(Problem to work on)
Some of the lines below need repeating. Reproduce exactly those between the lines holding "f 158 191 192" and "f 162 195 196", inclusive.

(Data for processing)
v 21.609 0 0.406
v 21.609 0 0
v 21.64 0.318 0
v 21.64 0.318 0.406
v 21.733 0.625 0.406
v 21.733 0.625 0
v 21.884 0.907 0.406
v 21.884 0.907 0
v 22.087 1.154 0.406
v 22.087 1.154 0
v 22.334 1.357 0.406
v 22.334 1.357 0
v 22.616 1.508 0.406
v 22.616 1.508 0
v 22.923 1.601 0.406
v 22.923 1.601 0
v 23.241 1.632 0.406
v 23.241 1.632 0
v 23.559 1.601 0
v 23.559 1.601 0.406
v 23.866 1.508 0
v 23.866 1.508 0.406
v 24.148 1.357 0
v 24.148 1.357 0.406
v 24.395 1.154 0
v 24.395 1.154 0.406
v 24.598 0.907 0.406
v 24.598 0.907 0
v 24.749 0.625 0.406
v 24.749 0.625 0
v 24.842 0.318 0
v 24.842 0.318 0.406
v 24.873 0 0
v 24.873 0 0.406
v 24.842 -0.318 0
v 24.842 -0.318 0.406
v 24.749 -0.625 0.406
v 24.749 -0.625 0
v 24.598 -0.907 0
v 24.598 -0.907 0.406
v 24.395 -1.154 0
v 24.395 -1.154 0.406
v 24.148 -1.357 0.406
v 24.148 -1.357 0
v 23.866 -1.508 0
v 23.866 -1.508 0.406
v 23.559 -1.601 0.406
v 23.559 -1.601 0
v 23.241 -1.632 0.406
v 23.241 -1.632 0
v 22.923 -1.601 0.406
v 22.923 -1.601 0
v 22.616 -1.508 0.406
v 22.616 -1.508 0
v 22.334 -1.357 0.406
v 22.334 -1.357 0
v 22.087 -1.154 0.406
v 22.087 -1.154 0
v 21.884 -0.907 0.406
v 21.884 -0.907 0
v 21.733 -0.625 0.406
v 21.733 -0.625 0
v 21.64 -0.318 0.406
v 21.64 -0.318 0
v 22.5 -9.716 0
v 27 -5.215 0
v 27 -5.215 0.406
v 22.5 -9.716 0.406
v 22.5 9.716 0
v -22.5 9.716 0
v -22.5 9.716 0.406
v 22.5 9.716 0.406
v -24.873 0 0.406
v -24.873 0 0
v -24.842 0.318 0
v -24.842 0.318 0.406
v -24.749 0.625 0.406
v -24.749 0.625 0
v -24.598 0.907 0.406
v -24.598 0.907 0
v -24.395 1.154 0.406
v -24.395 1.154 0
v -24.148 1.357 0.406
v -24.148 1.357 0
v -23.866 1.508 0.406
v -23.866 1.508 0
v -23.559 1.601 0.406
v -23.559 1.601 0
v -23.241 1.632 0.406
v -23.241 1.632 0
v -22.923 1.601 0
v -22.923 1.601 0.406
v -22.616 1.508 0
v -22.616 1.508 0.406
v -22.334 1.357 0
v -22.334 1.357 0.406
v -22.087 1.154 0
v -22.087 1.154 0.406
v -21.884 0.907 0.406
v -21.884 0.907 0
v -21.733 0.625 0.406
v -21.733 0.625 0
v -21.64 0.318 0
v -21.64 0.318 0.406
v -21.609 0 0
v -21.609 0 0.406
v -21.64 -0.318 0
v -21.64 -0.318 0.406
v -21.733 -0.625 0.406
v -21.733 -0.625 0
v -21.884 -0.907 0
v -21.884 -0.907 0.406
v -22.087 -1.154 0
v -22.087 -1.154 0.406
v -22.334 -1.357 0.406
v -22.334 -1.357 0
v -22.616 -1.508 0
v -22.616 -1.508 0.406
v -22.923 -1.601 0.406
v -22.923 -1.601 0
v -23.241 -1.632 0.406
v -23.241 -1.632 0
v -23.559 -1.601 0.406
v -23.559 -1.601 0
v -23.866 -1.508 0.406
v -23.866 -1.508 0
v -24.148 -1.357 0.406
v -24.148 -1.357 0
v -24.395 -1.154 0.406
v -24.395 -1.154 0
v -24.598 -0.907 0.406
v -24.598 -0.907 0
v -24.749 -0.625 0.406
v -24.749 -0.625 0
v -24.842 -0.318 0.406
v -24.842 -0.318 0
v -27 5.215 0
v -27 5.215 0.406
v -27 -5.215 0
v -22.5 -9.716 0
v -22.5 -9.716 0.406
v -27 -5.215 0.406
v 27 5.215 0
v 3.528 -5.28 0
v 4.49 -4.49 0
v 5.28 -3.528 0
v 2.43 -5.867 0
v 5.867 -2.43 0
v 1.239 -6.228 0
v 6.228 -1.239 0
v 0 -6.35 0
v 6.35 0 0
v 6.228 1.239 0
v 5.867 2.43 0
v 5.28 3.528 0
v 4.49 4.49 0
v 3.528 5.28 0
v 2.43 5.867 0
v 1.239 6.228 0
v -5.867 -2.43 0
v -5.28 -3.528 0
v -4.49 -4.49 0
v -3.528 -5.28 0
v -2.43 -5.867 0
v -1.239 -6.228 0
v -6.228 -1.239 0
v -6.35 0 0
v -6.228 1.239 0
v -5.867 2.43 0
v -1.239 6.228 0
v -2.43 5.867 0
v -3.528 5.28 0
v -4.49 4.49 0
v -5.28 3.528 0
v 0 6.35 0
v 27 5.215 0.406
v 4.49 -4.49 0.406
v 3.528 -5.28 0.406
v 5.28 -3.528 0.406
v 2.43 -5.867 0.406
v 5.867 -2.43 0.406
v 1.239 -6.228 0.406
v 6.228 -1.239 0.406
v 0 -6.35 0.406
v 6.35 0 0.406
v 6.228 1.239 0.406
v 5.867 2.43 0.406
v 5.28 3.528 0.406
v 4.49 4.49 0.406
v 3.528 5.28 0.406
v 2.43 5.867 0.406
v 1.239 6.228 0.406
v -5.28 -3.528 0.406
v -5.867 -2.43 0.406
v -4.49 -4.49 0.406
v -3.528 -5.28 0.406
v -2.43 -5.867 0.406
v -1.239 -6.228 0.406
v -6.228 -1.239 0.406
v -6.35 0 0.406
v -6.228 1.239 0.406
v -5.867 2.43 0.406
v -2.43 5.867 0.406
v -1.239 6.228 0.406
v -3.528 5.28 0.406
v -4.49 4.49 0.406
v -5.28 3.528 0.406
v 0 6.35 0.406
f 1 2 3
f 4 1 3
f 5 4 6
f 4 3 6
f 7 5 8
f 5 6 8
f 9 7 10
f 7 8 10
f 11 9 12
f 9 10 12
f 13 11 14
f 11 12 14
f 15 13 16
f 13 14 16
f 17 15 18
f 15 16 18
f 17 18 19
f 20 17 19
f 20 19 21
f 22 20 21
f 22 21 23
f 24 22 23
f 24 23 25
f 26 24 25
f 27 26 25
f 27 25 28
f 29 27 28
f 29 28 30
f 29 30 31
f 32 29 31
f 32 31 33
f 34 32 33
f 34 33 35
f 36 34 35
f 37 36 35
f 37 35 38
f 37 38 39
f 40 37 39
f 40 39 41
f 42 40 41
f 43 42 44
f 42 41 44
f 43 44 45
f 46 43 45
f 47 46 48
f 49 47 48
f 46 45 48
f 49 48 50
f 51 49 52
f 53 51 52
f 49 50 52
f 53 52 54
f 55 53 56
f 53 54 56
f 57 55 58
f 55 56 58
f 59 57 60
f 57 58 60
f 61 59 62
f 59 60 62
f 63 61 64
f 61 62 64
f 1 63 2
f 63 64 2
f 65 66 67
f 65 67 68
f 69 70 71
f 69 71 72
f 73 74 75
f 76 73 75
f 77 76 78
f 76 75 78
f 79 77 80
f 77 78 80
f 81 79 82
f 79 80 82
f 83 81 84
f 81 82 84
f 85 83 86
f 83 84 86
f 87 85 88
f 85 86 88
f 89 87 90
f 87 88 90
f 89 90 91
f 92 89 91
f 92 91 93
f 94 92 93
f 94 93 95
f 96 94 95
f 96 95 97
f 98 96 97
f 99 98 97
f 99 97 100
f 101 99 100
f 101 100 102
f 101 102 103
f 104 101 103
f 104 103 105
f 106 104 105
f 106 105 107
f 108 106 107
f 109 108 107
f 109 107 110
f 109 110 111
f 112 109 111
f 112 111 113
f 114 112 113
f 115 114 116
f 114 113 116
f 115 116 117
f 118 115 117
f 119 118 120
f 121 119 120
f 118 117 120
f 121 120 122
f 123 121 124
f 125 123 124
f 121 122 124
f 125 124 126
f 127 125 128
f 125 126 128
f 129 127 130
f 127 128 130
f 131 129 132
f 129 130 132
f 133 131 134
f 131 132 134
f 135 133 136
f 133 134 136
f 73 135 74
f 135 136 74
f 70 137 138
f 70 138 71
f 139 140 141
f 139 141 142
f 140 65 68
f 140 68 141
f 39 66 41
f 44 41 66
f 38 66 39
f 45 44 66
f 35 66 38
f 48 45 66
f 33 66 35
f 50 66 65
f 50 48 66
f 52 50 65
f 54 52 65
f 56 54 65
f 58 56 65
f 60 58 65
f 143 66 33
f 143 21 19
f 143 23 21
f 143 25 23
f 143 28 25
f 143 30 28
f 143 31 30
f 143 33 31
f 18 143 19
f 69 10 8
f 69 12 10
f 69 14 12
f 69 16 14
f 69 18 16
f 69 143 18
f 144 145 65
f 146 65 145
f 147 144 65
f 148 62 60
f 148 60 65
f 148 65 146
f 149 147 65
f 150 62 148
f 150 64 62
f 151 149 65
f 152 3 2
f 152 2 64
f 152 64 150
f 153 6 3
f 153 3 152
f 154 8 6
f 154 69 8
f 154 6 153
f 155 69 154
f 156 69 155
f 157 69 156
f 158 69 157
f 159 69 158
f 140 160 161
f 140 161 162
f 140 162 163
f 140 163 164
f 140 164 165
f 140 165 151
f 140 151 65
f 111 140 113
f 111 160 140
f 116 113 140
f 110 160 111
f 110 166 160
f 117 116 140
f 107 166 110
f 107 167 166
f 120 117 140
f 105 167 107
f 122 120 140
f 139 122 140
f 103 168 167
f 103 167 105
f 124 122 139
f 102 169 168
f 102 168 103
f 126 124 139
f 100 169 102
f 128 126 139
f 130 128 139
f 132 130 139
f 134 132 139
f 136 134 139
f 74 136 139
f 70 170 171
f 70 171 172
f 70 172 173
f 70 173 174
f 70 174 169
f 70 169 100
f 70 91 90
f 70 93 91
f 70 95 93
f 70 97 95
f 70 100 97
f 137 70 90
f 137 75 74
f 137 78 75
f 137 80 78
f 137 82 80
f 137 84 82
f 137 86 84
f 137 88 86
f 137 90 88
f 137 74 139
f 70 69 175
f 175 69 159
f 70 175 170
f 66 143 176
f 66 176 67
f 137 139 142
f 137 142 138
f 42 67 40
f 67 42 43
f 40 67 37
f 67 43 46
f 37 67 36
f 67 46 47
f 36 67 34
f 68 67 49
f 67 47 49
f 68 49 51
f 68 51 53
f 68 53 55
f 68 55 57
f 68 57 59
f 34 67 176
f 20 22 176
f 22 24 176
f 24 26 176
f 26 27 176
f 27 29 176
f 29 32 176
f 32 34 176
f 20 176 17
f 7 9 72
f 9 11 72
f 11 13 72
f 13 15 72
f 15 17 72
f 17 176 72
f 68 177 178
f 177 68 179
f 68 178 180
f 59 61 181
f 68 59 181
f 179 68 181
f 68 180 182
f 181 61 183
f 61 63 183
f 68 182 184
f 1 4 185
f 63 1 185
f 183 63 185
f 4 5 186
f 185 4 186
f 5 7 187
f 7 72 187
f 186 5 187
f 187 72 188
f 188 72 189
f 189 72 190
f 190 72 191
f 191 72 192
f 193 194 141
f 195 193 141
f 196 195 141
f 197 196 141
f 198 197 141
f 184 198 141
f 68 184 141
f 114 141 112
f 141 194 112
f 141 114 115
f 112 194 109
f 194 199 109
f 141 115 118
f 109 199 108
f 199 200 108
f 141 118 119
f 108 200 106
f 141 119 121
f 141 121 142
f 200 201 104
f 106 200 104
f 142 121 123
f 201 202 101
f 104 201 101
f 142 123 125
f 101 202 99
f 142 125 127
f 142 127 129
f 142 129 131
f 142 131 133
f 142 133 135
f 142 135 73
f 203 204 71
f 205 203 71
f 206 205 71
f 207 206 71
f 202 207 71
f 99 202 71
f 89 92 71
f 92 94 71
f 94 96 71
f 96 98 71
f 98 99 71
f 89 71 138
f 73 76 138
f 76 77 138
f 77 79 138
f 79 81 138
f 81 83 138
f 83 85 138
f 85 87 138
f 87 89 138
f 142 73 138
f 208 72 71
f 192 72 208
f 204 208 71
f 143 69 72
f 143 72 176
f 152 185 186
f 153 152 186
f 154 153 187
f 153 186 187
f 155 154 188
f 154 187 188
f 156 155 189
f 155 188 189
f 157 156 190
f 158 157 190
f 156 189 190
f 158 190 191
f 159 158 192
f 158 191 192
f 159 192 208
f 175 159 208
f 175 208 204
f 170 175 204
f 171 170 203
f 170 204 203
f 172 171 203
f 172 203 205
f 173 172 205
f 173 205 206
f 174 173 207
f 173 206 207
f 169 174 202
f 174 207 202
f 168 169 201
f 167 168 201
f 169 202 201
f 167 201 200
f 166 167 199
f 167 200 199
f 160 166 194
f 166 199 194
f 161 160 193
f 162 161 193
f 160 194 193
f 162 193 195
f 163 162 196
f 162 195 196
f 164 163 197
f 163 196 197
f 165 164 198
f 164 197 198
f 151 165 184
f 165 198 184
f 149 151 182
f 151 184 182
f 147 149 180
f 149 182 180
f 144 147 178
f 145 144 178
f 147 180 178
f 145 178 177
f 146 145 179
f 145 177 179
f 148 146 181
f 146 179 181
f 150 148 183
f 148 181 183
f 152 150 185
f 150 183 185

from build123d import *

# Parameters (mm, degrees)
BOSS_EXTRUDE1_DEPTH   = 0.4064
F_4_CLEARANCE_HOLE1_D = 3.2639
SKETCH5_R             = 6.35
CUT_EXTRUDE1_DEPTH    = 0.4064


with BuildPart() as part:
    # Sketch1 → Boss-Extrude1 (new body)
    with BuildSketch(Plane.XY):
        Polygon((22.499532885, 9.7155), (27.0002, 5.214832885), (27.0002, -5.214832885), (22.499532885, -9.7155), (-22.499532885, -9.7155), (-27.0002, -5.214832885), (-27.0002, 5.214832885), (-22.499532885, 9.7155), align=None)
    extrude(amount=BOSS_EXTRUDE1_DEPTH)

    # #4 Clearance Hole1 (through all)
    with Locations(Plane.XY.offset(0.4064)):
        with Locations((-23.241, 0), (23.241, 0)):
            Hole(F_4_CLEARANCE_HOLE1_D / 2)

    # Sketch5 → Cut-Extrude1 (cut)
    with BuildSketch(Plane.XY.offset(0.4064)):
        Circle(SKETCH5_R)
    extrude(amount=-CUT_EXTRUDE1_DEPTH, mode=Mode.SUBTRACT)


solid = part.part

(Task result)
f 158 191 192
f 159 192 208
f 175 159 208
f 175 208 204
f 170 175 204
f 171 170 203
f 170 204 203
f 172 171 203
f 172 203 205
f 173 172 205
f 173 205 206
f 174 173 207
f 173 206 207
f 169 174 202
f 174 207 202
f 168 169 201
f 167 168 201
f 169 202 201
f 167 201 200
f 166 167 199
f 167 200 199
f 160 166 194
f 166 199 194
f 161 160 193
f 162 161 193
f 160 194 193
f 162 193 195
f 163 162 196
f 162 195 196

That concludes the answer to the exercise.